Assignment: Write out the stretch of lines below that begins at the line with "fillet1_edges = [part.edges().sort_by_distance(p)[0]" and ends at the line with "FreeCAD Python script", including both, exactly as given and nothing more.

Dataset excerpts
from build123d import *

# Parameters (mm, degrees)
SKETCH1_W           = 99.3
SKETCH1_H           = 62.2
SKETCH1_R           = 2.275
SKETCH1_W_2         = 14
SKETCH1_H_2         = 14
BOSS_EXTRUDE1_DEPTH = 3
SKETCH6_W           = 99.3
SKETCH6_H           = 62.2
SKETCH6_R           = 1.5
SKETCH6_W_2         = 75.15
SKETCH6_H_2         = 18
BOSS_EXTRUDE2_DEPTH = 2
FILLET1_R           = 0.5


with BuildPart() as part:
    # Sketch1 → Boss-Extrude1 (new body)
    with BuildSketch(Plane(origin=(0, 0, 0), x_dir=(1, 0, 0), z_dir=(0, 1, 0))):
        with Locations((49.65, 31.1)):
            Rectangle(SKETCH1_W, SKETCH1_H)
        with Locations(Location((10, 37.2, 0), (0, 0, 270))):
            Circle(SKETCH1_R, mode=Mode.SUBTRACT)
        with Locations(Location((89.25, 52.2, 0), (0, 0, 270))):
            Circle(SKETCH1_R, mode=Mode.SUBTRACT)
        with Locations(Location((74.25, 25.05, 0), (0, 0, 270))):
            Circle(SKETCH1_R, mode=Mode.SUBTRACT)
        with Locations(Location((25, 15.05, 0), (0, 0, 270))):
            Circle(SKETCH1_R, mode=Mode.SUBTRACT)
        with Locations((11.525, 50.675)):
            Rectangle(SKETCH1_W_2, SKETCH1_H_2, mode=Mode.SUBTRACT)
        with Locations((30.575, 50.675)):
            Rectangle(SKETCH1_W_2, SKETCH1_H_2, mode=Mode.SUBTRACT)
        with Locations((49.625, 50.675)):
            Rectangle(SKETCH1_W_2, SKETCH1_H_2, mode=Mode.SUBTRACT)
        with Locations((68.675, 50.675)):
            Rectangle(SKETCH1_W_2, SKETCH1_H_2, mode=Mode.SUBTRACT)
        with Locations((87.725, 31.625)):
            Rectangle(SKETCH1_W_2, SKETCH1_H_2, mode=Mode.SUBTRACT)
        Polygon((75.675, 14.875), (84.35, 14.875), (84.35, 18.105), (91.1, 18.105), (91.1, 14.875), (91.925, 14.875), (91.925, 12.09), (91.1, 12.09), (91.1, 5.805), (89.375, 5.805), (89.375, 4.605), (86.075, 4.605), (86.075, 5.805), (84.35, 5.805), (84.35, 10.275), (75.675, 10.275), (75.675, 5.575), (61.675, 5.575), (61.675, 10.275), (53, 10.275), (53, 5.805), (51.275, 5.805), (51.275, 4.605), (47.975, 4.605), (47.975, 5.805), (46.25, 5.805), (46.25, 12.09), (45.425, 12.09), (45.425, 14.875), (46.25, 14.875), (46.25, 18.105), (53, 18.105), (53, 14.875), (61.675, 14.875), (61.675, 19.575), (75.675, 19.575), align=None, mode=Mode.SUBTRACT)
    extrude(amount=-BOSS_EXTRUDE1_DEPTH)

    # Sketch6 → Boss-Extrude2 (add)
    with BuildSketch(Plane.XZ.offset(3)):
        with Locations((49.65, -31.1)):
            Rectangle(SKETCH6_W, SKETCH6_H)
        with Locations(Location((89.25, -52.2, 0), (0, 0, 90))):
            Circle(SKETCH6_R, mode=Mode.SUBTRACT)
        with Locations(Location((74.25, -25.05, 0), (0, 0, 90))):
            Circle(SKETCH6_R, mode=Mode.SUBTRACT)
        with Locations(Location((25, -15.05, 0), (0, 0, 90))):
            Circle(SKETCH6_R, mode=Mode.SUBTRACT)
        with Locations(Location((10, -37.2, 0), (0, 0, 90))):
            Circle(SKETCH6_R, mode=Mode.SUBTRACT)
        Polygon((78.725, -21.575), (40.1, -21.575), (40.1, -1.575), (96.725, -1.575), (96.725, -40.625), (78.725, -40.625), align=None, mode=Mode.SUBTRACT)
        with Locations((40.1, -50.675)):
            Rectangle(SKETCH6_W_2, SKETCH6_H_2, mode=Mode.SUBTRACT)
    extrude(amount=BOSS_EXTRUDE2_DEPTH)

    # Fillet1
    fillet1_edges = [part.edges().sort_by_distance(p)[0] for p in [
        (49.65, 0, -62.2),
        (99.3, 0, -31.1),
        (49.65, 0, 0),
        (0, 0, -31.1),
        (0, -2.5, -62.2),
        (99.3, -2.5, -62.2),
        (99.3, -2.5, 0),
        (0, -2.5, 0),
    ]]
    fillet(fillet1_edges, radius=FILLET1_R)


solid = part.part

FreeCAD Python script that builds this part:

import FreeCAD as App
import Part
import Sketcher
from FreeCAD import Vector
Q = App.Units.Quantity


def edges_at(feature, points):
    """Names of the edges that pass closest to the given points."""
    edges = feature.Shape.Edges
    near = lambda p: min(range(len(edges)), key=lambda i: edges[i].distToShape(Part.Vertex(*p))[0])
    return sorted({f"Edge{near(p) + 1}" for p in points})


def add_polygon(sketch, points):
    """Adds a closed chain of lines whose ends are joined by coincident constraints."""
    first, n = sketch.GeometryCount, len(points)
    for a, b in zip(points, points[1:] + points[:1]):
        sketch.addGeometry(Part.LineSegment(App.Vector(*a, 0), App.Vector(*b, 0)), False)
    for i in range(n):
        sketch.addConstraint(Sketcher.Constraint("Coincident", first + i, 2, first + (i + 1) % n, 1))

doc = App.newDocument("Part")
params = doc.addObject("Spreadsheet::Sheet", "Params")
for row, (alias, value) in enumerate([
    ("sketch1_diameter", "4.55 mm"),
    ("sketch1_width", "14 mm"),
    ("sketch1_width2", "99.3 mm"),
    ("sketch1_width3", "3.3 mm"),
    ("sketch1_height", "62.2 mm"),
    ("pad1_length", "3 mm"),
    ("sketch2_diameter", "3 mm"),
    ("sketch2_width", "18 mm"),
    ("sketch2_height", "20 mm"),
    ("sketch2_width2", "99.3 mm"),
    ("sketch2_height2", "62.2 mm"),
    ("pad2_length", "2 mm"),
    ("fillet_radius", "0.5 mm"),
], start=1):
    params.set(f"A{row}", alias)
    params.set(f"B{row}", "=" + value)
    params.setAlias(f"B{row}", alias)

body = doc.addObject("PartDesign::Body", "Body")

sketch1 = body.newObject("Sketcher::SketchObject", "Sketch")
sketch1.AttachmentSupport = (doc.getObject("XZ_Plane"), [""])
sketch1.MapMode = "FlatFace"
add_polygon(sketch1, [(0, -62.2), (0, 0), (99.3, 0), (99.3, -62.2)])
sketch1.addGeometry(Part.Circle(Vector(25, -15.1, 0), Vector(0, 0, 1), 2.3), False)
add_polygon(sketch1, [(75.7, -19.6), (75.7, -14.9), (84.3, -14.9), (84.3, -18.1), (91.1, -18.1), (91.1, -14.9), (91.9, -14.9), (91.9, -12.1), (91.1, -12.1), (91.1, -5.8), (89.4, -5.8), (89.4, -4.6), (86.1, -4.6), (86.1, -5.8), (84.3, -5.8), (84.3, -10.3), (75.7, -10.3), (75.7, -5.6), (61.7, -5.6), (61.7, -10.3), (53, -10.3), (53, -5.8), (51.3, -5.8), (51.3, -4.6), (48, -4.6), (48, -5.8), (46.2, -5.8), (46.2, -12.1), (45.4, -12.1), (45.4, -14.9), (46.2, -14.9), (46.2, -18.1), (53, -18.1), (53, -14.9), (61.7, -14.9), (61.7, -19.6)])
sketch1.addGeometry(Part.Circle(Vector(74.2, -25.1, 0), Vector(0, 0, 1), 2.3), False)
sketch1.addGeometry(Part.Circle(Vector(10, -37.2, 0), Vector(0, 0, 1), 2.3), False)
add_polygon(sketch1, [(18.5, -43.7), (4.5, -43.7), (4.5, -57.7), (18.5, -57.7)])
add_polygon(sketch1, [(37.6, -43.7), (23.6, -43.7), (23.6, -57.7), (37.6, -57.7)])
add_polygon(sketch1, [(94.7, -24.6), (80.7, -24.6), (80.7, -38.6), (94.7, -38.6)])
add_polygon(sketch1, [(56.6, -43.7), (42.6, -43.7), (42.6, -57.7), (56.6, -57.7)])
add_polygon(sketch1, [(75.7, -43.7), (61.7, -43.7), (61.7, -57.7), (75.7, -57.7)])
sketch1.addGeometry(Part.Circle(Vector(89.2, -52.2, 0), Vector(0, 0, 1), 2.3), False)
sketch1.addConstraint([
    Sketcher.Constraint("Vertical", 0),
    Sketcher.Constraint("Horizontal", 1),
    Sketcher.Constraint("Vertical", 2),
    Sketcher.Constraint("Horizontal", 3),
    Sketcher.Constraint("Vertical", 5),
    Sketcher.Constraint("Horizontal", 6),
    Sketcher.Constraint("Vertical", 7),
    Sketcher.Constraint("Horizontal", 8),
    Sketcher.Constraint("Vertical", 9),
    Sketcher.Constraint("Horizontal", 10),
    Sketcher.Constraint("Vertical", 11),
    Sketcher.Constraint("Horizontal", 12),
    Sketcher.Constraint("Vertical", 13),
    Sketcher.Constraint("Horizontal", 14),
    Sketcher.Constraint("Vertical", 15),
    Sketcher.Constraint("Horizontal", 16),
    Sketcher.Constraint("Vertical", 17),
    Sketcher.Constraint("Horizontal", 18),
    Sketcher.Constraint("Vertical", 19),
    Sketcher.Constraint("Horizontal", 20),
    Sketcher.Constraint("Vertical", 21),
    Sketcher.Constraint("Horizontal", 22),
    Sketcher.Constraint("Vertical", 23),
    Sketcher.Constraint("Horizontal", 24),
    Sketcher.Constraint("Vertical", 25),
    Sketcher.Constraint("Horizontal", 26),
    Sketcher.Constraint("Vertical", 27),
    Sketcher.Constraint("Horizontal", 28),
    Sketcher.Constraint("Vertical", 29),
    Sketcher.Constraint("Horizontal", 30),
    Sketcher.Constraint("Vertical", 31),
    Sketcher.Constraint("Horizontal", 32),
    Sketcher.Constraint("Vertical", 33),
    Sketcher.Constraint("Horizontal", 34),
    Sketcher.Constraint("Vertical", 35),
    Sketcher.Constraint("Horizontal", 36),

--

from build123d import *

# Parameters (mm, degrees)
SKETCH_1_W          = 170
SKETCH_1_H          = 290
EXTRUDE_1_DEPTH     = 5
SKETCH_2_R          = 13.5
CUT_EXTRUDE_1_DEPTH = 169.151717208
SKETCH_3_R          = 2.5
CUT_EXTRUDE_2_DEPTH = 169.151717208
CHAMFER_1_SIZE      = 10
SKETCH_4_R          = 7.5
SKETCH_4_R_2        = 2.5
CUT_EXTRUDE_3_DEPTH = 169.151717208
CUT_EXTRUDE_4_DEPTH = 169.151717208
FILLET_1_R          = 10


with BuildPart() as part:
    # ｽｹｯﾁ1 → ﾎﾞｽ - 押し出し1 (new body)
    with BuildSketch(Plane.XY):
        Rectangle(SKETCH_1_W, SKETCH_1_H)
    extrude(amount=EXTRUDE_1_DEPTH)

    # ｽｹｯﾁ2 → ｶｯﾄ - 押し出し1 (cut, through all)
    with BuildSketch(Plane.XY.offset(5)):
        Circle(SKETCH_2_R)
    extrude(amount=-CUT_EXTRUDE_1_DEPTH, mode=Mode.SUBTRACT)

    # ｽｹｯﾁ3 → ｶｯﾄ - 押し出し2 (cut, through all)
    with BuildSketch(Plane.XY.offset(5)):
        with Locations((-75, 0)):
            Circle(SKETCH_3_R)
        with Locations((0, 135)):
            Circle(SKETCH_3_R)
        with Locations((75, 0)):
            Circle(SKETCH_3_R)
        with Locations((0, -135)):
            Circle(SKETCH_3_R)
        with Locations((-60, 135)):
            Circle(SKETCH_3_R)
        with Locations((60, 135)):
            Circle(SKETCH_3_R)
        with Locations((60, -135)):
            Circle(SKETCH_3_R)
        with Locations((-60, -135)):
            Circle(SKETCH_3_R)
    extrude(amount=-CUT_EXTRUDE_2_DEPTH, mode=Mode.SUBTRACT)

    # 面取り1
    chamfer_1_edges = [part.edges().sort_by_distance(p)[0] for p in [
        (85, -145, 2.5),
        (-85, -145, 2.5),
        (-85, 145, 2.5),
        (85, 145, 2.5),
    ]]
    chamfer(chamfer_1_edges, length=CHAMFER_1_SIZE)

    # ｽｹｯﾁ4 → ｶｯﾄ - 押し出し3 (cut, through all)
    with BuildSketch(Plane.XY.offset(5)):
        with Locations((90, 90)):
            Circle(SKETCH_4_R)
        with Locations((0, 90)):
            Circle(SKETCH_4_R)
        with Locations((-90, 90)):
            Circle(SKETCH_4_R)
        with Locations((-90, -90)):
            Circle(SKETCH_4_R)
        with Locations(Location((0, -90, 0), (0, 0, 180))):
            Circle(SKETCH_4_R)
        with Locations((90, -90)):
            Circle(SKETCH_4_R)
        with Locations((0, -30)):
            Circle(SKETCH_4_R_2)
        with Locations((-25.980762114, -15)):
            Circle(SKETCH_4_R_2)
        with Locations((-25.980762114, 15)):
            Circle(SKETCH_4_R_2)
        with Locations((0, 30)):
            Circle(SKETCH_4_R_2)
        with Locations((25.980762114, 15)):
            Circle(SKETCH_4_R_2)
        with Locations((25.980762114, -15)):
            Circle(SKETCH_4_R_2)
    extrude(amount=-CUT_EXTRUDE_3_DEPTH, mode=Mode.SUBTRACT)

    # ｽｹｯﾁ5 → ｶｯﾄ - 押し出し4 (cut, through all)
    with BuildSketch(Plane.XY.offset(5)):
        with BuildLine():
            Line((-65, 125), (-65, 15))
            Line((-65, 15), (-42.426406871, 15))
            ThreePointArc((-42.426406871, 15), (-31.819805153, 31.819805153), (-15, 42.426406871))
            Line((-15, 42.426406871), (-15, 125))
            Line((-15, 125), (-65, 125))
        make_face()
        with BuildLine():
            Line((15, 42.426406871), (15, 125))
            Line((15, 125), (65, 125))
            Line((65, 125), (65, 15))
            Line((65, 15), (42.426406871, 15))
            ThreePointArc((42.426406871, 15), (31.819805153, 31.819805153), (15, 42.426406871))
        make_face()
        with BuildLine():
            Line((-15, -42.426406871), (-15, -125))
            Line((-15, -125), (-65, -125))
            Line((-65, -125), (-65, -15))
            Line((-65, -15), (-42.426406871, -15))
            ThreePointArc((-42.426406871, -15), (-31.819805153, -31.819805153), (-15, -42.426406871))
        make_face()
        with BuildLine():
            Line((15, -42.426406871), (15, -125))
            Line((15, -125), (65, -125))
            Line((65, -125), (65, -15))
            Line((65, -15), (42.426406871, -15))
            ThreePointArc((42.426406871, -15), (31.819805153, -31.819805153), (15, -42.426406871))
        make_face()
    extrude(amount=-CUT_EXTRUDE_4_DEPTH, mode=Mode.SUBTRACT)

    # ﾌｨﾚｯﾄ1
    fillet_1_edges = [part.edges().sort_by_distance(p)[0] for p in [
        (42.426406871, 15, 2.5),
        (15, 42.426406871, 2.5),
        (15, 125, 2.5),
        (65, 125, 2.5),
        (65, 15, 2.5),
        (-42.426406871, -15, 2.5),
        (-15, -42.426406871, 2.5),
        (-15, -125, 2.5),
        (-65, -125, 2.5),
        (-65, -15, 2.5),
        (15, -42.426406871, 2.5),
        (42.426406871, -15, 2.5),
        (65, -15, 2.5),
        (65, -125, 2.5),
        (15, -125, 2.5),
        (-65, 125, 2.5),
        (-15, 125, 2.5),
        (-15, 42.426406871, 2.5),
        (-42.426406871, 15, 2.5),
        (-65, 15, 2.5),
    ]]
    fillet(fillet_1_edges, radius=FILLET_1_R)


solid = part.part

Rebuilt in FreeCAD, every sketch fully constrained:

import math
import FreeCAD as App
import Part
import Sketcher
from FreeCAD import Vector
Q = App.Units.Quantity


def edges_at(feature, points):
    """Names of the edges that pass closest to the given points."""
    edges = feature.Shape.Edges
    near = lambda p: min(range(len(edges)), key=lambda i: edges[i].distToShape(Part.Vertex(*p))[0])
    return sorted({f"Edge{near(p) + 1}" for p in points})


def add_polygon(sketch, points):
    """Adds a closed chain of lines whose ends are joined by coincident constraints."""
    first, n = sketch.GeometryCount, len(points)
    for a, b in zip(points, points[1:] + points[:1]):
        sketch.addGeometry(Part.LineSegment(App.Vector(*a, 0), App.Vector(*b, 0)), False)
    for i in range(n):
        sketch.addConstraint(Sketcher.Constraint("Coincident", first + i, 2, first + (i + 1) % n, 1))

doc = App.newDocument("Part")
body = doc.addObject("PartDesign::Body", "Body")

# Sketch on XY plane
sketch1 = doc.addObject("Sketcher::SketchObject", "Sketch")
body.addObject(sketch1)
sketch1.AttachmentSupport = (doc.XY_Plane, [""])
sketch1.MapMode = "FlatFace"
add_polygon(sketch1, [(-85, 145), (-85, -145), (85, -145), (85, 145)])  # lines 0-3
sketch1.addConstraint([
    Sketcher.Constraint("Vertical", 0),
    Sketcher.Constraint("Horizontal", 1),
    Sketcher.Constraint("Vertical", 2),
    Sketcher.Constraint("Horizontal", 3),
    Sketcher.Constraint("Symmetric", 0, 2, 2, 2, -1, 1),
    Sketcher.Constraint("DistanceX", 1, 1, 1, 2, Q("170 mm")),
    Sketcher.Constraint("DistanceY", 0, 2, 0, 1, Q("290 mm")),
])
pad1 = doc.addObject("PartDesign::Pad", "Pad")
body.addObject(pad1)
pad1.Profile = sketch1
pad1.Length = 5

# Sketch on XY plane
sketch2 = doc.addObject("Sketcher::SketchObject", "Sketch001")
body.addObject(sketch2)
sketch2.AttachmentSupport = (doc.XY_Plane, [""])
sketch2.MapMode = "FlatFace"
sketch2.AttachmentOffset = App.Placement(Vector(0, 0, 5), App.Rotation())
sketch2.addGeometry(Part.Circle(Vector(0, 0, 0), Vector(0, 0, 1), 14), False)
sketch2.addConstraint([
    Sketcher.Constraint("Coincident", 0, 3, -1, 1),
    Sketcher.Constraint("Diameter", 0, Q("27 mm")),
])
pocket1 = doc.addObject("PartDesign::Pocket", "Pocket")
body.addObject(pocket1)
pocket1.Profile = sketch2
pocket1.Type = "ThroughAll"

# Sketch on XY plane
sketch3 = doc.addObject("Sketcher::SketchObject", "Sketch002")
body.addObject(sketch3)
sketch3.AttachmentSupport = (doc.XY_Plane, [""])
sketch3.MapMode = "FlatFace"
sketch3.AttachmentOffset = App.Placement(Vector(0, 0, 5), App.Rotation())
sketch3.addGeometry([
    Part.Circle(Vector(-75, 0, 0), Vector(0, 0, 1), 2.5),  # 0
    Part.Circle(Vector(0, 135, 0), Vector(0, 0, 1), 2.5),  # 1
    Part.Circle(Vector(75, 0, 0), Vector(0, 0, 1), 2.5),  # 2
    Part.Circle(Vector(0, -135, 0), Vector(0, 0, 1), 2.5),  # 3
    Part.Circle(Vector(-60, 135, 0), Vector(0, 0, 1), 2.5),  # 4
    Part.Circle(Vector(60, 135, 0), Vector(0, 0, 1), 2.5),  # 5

Task answer:
    fillet1_edges = [part.edges().sort_by_distance(p)[0] for p in [
        (49.65, 0, -62.2),
        (99.3, 0, -31.1),
        (49.65, 0, 0),
        (0, 0, -31.1),
        (0, -2.5, -62.2),
        (99.3, -2.5, -62.2),
        (99.3, -2.5, 0),
        (0, -2.5, 0),
    ]]
    fillet(fillet1_edges, radius=FILLET1_R)


solid = part.part

FreeCAD Python script that builds this part:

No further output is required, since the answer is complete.